I love to cuddle and be close but he hates it which over the years I thought I could deal with but I crave to be held by someone not just looking to have a quickie. The only time he ever shows me affection is in bed when he wants a bit, this puts me off even more!
I love to socialise but DH hates it. Obviously I knew this from the beginning but he would have made some effort to go out with me then. Now he just point blank refuses. He doesn't drink very much so doesn't like to stay anywhere very long. He would happily arrive somewhere at 8pm and be home for 10pm with a cup of tea and go to bed. I on the other hand love socialising, I love dancing, having fun with the girls then leaving for a takeaway once we have been kicked out lol and I would love a partner who would like to go out with me! Im lucky if that happens once a year these days. DH will never outright say he doesn't want me to out but in the run up to any nights out I have planned he will start making comments about me drinking, having a hangover, not being there to put DD to bed and generally just having a dig until I finally give in and cancel. Then he ends up going to bed at 9pm anyway and I'm left sitting on my own all night when I could have been out having fun.
It has become a running joke in work that I have to ask permission before I'm allowed out. Sad thing is it's kind of true. My team would tend to go out maybe once every couple of months but as it normally a Friday DH disagrees with it because I will be going out straight from work and therefore won't see DD until the next morning.
I understand where he is coming from but I work part time 15 hours to allow me to be with DD most of the week so I don't feel that it is unreasonable to be away from her for a few hours after work! Am I wrong???
I also run a pretty successful business alongside my part time job that I work around DD being at nursery and when she goes to bed etc. It started off as something to do in the evenings because I was so bored and DH gave off if I went to the gym and left him to do bedtime duties. 5 minutes trying and he is done so bedtime is normally me. Same with night feeds when she was a baby!
I know I could further my business immensely, I have big dreams for it. But every time I chat to DH about it he tells me just to leave it as it is and I do enough. He doesn't help me with it at all, isn't supportive of it but knows we need it to bring my wage up to a full time wage. Last year I went away for 1 day on a training day/class that had been bought as a 30th present. Although DH didn't stop me, he did repeatedly make comments about me galavanting as if I should be grateful I was allowed to go!!
We have absolutely nothing in common, nothing to talk about. If he talks about work it's stories from all the 50-60 year old men he works with. If I talk about the ones I work with and funny things that have been said or done it's almost like he is looking down his nose at them!
I know this all makes him sound bad. He is a good man that would do anything for his daughter. There is just nothing between us anymore.
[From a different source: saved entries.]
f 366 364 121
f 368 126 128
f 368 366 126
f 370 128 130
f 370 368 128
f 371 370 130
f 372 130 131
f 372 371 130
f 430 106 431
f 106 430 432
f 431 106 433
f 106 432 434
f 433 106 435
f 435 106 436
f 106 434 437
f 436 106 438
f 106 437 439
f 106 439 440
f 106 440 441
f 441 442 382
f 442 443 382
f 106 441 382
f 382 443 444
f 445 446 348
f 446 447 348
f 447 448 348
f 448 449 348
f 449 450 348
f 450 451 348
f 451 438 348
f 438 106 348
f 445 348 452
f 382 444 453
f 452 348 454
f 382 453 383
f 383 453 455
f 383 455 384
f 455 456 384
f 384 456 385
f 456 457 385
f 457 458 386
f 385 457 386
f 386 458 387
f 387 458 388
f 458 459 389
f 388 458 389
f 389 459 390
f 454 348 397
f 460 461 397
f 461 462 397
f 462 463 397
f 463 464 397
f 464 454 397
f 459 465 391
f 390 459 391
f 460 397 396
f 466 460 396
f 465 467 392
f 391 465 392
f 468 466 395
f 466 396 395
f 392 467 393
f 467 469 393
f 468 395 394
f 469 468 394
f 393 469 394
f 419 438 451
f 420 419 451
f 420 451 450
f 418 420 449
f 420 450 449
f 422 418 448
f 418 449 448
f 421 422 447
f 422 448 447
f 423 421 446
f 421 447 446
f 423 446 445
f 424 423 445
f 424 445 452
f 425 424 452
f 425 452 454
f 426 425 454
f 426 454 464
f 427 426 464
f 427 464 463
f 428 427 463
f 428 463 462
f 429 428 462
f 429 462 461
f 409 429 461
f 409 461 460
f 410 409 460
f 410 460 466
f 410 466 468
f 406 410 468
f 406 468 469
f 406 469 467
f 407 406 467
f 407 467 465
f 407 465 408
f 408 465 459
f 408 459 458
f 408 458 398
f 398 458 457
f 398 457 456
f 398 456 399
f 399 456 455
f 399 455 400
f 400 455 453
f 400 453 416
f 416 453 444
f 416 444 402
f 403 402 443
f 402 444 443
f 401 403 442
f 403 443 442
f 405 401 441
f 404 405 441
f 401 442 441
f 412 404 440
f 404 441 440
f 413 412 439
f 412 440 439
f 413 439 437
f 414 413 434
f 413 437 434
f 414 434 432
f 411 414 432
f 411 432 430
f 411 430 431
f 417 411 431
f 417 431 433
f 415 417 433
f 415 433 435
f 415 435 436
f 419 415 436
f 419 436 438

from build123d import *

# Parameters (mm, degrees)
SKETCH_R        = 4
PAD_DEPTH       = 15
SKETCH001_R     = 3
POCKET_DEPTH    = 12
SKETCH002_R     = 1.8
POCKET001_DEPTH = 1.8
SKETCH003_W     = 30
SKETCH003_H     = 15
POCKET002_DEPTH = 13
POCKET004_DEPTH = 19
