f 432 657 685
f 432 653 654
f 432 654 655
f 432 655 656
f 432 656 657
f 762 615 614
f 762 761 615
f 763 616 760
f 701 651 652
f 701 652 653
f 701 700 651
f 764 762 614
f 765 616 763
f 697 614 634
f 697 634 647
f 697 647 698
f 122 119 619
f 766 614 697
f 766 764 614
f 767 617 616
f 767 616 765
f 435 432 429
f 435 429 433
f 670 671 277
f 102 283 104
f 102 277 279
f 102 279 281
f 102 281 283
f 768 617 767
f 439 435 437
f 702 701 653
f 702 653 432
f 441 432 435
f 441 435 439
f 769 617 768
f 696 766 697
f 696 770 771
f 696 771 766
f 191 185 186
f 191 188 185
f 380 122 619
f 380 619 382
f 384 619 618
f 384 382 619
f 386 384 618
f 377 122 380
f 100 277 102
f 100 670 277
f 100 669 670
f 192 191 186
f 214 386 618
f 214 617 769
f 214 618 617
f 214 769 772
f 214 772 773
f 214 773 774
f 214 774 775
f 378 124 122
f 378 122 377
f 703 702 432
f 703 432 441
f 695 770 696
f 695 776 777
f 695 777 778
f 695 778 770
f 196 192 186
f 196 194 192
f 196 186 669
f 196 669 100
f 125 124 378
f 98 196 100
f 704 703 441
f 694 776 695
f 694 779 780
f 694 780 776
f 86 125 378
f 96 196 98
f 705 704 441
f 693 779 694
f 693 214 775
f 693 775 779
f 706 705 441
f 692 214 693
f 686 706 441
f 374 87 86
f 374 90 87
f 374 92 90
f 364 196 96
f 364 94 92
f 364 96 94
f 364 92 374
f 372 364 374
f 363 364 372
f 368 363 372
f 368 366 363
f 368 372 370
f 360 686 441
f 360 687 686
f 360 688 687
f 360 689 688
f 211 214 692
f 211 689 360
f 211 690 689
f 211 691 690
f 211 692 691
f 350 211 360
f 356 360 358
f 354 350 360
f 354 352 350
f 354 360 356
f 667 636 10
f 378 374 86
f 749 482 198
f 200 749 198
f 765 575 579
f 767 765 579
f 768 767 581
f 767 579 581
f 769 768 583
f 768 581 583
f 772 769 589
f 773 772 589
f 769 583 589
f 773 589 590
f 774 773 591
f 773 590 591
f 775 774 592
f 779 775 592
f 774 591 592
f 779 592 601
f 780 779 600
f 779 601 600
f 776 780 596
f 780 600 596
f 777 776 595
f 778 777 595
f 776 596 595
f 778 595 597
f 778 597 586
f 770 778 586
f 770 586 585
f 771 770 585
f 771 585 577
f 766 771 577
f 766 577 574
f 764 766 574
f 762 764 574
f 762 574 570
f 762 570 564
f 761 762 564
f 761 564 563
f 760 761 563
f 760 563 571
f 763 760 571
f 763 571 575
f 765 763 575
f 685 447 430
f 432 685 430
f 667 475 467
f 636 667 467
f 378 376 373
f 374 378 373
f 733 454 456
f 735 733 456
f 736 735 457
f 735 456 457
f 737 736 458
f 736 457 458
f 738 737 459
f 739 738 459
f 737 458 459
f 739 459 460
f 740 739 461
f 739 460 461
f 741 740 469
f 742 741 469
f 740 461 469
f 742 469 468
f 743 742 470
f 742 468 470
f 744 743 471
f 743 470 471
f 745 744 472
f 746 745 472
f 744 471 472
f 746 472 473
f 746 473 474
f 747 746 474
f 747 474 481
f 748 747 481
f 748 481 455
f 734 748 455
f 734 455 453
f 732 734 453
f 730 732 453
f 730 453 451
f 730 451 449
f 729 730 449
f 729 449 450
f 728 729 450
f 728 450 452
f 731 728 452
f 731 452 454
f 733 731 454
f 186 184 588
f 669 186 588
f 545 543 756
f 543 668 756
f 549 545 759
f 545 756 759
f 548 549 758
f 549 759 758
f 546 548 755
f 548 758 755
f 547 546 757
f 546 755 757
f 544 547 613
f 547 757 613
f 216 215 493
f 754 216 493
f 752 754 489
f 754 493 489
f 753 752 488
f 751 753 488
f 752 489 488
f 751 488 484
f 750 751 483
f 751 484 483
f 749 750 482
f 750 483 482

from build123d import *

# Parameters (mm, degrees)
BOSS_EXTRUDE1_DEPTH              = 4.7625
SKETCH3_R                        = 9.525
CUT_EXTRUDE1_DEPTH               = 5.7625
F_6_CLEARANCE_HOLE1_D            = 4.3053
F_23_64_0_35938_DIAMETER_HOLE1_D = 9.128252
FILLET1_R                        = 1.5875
Should I suck it up and be thankful that he is reliable and a great dad or is there more to life at 30?? I know if I leave it will break his heart but I wonder how many more Friday and Saturday nights I can sit by myself at 9pm wondering how my life would be if I left! I have got to the point where I am grumpy and snappy all the time now because I am so frustrated but he doesn't see any problem 😟
Sorry for rambling on this is the first time I've actually put in to words some of the things I'm feeling.
Thanks for any advice!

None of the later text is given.